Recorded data
▽

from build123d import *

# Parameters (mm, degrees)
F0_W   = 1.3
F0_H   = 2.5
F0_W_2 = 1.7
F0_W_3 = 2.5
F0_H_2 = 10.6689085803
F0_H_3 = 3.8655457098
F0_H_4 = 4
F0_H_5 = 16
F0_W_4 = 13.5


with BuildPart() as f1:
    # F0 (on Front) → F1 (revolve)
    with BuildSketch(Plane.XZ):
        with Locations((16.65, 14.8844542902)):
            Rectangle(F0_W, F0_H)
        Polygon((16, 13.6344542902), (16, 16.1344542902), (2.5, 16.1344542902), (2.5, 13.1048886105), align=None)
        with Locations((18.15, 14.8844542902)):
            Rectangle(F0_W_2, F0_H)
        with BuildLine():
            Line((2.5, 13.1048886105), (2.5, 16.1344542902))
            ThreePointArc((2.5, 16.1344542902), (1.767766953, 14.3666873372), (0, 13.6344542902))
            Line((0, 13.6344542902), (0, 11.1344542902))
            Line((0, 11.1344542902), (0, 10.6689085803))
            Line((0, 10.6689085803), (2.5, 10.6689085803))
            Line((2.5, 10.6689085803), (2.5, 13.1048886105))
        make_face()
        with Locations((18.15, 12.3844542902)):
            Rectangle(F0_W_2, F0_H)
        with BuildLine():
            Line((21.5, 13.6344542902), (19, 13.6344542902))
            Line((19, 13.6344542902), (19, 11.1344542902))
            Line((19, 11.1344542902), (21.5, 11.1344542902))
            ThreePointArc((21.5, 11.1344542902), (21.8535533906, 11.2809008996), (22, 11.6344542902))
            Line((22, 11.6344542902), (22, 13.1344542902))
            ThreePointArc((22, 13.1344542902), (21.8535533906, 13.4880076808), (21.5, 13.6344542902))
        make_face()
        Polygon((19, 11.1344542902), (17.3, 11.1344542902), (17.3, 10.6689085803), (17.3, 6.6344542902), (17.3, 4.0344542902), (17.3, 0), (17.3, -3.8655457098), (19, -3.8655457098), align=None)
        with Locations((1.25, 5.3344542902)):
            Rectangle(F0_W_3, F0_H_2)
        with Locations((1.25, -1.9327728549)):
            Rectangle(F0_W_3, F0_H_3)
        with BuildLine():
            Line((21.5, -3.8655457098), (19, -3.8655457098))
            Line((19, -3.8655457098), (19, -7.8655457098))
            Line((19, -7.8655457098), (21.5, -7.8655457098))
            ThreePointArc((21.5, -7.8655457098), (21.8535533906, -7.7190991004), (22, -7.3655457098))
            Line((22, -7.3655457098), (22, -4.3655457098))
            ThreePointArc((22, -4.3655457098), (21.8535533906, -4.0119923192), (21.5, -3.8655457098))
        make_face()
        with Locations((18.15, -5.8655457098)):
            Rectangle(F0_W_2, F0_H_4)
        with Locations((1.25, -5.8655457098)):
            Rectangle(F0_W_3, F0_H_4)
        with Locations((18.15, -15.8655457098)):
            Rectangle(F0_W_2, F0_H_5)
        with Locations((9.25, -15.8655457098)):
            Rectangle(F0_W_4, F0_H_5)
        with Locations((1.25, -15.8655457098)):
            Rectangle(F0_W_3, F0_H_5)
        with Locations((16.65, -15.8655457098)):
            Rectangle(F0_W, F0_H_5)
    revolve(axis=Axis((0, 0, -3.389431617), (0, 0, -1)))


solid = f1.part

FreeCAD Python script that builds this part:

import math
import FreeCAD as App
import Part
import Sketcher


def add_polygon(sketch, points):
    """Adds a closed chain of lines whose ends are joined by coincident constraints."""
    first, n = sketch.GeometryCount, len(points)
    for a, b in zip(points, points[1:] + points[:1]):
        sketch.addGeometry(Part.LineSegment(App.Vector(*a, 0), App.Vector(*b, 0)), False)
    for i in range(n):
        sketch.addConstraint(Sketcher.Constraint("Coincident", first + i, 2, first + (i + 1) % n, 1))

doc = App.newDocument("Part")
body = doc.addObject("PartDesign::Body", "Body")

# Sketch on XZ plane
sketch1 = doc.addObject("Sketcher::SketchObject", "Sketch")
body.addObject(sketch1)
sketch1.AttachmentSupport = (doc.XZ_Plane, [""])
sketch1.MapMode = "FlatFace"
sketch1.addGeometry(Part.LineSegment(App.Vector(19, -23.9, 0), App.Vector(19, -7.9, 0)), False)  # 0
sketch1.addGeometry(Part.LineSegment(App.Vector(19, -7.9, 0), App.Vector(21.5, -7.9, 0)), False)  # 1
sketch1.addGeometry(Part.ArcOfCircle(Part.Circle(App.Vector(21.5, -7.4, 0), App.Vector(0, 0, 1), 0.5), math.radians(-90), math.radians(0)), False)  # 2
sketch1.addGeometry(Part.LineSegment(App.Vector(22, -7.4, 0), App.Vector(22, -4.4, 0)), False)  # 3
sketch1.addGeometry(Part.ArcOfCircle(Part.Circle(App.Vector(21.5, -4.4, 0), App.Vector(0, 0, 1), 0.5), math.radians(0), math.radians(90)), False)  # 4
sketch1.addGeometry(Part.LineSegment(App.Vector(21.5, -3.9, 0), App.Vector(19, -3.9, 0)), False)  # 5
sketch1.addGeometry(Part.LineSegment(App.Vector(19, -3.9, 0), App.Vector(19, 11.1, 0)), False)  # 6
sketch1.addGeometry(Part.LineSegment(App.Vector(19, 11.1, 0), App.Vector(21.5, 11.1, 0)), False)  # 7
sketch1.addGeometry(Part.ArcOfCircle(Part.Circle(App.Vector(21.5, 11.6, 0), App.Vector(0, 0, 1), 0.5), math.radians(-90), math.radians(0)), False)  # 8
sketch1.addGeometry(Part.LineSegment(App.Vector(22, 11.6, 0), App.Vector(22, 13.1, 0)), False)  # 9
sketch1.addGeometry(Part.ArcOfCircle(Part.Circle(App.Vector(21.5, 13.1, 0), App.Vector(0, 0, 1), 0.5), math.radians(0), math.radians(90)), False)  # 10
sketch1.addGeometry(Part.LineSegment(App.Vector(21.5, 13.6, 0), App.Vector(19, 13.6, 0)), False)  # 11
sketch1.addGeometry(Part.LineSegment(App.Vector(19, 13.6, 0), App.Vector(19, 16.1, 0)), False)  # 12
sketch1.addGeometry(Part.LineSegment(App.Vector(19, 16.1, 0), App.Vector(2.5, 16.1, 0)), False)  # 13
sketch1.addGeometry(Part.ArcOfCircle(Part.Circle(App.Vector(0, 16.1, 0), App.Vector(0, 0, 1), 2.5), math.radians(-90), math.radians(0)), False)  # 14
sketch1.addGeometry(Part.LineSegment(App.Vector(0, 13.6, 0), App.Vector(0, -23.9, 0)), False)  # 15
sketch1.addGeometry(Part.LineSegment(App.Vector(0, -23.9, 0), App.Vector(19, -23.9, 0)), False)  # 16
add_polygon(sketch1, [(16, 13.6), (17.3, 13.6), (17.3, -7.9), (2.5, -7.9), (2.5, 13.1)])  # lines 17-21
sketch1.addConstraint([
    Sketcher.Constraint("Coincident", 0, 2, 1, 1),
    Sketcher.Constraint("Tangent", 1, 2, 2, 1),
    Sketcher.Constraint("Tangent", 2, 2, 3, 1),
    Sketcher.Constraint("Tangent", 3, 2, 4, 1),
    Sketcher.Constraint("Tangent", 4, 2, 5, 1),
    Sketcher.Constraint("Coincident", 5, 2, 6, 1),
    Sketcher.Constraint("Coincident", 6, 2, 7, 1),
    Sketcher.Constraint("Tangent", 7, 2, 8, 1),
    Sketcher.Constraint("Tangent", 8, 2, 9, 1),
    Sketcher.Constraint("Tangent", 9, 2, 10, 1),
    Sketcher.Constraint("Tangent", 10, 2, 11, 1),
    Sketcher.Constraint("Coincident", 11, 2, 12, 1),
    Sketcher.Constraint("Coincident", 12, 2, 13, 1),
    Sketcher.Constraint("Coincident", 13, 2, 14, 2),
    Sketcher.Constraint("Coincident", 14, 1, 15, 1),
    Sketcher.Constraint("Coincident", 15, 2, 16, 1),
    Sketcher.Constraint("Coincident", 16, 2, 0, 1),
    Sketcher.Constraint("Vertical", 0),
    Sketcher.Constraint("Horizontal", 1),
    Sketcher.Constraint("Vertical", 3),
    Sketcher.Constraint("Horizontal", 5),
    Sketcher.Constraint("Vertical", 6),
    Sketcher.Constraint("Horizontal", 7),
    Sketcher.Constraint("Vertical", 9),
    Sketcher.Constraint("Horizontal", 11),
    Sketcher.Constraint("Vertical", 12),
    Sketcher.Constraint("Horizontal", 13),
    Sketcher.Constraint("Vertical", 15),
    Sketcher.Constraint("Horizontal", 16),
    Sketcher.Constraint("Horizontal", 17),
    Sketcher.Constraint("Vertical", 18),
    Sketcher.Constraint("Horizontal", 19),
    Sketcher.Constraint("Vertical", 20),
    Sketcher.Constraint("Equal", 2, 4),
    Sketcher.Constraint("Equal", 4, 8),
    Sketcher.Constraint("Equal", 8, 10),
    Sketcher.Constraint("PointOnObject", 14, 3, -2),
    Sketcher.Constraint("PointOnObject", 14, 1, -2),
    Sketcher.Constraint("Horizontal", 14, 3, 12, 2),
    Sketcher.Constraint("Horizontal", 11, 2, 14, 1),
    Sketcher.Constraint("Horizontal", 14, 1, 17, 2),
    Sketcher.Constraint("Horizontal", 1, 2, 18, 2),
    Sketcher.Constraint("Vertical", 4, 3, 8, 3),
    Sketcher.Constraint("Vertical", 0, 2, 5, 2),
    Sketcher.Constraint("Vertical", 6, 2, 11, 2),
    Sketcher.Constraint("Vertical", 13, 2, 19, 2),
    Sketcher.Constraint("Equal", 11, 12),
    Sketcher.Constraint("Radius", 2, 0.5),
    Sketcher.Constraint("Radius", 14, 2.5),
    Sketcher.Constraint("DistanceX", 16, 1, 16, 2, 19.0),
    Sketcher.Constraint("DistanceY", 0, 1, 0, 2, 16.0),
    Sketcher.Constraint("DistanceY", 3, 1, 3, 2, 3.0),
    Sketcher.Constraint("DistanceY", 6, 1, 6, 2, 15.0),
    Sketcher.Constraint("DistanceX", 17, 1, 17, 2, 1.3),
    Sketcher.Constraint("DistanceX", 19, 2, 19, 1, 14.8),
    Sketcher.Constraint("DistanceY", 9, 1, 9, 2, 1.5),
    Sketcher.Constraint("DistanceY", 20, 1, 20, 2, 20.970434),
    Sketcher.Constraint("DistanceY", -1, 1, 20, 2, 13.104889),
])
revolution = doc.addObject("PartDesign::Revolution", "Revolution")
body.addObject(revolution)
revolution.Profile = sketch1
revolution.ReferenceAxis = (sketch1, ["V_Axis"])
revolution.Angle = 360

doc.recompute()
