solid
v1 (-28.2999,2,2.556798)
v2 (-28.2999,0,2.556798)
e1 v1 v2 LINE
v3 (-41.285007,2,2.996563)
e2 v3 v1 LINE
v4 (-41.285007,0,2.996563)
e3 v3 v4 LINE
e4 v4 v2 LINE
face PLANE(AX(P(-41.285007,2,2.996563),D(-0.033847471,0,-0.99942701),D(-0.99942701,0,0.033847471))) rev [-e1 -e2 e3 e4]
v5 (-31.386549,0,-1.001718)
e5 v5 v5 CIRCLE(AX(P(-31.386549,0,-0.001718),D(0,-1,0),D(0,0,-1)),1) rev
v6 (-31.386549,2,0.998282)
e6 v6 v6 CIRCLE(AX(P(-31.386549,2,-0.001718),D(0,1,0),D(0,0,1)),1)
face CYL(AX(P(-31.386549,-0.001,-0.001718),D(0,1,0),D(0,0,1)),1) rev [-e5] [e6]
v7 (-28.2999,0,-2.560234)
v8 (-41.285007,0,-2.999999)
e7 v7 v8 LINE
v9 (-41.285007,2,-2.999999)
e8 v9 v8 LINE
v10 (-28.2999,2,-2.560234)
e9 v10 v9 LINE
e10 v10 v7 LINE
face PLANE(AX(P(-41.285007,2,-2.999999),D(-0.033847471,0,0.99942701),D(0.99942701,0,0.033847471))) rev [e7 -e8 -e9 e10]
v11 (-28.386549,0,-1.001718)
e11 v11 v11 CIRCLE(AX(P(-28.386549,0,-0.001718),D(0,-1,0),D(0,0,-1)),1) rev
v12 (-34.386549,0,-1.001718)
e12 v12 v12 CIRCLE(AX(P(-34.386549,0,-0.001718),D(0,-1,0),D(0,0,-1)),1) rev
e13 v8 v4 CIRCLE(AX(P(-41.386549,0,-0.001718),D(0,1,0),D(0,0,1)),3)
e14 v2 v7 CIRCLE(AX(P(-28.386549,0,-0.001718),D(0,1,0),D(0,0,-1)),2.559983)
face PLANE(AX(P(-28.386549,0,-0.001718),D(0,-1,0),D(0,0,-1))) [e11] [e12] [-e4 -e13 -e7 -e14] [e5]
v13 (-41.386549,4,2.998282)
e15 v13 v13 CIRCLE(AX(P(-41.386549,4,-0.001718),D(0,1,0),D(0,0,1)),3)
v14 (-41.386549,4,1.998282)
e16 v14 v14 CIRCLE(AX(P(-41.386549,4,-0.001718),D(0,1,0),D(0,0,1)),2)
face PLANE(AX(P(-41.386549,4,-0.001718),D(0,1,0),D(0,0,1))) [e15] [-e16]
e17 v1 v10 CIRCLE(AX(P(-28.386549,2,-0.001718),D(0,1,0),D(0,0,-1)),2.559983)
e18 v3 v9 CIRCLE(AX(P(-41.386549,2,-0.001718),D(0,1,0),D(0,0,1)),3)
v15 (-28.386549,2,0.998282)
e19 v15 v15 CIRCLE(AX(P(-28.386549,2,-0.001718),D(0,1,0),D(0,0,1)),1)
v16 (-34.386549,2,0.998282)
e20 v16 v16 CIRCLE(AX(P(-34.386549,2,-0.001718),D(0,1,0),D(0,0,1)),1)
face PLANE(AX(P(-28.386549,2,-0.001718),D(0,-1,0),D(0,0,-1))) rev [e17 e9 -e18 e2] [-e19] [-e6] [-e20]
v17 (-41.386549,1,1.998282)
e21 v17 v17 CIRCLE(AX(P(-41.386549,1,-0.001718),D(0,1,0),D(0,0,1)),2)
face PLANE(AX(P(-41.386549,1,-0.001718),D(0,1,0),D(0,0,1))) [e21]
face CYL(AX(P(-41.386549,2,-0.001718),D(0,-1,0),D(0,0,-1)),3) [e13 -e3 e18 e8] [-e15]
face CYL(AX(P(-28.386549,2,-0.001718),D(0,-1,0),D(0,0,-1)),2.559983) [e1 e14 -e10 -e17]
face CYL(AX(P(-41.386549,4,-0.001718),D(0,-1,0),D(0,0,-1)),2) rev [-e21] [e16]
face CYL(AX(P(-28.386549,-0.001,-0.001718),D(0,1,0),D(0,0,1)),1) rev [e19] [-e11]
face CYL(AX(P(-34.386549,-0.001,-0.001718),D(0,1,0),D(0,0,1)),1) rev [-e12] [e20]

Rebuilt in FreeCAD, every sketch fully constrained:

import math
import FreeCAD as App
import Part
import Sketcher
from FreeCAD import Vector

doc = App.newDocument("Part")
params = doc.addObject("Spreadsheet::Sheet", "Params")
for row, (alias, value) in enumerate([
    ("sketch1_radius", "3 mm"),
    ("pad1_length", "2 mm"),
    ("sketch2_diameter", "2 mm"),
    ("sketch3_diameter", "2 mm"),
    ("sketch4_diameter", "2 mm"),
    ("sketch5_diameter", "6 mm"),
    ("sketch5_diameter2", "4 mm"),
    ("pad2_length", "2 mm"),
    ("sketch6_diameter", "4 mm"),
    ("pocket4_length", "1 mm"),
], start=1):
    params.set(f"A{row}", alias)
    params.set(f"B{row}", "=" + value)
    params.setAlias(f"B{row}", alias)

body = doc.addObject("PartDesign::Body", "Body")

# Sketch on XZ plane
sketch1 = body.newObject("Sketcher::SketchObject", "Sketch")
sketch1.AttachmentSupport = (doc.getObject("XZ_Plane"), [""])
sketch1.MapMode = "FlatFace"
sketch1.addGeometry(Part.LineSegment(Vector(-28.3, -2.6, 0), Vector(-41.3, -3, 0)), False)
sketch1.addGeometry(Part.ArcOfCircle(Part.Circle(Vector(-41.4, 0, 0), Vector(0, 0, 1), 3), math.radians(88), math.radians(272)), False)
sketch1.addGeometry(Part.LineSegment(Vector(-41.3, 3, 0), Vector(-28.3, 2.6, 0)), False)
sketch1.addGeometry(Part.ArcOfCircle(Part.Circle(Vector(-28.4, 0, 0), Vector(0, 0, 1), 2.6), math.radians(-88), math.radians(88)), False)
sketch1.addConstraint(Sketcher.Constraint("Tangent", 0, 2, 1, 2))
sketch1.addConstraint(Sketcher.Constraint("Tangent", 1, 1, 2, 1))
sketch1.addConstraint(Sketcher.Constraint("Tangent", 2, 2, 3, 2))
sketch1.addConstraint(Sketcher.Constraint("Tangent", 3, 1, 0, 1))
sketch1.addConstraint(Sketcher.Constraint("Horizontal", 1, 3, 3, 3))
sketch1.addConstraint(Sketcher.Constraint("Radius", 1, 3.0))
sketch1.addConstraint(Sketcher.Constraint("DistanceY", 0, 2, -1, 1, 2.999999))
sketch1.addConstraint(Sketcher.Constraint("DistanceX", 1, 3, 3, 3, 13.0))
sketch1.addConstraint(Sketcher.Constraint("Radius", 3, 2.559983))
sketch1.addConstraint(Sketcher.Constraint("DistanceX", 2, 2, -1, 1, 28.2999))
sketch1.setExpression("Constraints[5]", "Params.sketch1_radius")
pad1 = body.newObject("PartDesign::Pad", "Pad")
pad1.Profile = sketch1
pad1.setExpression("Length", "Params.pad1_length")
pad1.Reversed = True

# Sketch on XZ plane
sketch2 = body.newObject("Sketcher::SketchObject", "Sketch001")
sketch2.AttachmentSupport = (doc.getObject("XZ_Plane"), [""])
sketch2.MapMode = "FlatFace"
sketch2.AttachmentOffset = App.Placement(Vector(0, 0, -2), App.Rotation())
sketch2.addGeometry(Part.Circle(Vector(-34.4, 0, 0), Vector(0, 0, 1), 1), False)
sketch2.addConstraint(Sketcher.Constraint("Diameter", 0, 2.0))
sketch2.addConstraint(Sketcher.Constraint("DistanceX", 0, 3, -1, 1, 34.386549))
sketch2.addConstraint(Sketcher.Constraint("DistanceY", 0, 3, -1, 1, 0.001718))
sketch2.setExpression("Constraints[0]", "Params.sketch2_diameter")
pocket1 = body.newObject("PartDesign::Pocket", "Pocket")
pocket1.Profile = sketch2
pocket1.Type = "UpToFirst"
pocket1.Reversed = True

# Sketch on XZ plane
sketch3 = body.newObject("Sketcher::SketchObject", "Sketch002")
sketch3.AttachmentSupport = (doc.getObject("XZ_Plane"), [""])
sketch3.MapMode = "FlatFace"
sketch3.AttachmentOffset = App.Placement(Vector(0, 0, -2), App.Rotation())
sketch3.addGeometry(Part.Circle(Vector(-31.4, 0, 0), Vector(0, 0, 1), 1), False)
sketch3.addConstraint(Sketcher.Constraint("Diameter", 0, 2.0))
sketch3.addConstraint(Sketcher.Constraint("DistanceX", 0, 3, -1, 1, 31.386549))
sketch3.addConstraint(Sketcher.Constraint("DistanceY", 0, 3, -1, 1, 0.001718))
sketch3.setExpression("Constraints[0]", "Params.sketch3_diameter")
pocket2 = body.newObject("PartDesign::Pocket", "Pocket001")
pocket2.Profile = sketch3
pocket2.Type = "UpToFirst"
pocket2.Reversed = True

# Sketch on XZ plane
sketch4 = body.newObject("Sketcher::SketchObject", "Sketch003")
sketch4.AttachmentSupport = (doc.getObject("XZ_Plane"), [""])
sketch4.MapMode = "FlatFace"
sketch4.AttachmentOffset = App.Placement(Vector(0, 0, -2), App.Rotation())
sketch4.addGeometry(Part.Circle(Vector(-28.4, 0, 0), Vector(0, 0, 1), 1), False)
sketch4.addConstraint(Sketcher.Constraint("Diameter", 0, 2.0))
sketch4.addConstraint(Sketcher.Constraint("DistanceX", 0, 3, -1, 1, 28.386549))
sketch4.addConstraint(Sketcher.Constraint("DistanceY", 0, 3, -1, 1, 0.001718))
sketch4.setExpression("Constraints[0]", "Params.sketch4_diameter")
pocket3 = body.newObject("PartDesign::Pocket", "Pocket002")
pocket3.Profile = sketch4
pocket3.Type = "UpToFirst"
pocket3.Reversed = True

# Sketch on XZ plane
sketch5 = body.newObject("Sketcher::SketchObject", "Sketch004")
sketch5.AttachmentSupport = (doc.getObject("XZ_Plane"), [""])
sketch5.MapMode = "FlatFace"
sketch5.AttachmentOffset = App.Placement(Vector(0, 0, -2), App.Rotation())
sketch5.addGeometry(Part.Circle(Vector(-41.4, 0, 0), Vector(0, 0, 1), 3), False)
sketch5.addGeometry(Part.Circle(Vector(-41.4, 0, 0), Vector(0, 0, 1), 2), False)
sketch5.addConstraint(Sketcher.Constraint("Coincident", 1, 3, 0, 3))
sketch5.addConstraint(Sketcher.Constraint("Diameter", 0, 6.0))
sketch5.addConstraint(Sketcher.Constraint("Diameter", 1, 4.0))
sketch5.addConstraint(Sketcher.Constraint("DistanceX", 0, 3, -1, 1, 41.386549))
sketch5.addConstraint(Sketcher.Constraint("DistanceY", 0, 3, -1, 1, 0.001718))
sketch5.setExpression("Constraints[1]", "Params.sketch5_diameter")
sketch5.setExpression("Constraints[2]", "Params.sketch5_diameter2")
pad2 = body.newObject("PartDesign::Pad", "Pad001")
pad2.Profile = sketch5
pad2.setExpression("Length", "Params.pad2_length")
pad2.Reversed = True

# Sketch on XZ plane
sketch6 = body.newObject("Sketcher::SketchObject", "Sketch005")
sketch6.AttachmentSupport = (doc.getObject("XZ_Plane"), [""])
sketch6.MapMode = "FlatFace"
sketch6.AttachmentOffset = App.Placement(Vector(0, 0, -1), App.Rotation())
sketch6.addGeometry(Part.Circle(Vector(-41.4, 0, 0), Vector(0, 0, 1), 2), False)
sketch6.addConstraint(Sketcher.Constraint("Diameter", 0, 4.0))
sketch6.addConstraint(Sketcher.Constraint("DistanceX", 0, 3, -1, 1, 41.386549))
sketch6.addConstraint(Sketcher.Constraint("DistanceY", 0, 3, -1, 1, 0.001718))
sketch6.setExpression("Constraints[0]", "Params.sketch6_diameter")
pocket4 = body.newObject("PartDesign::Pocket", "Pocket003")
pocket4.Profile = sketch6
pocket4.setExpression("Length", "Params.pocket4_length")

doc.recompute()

△

◆ Task requirements ◆
Copy task for the entries above: every line with the string "align".

◆ Response ◆
        Polygon((16, 13.6344542902), (16, 16.1344542902), (2.5, 16.1344542902), (2.5, 13.1048886105), align=None)
        Polygon((19, 11.1344542902), (17.3, 11.1344542902), (17.3, 10.6689085803), (17.3, 6.6344542902), (17.3, 4.0344542902), (17.3, 0), (17.3, -3.8655457098), (19, -3.8655457098), align=None)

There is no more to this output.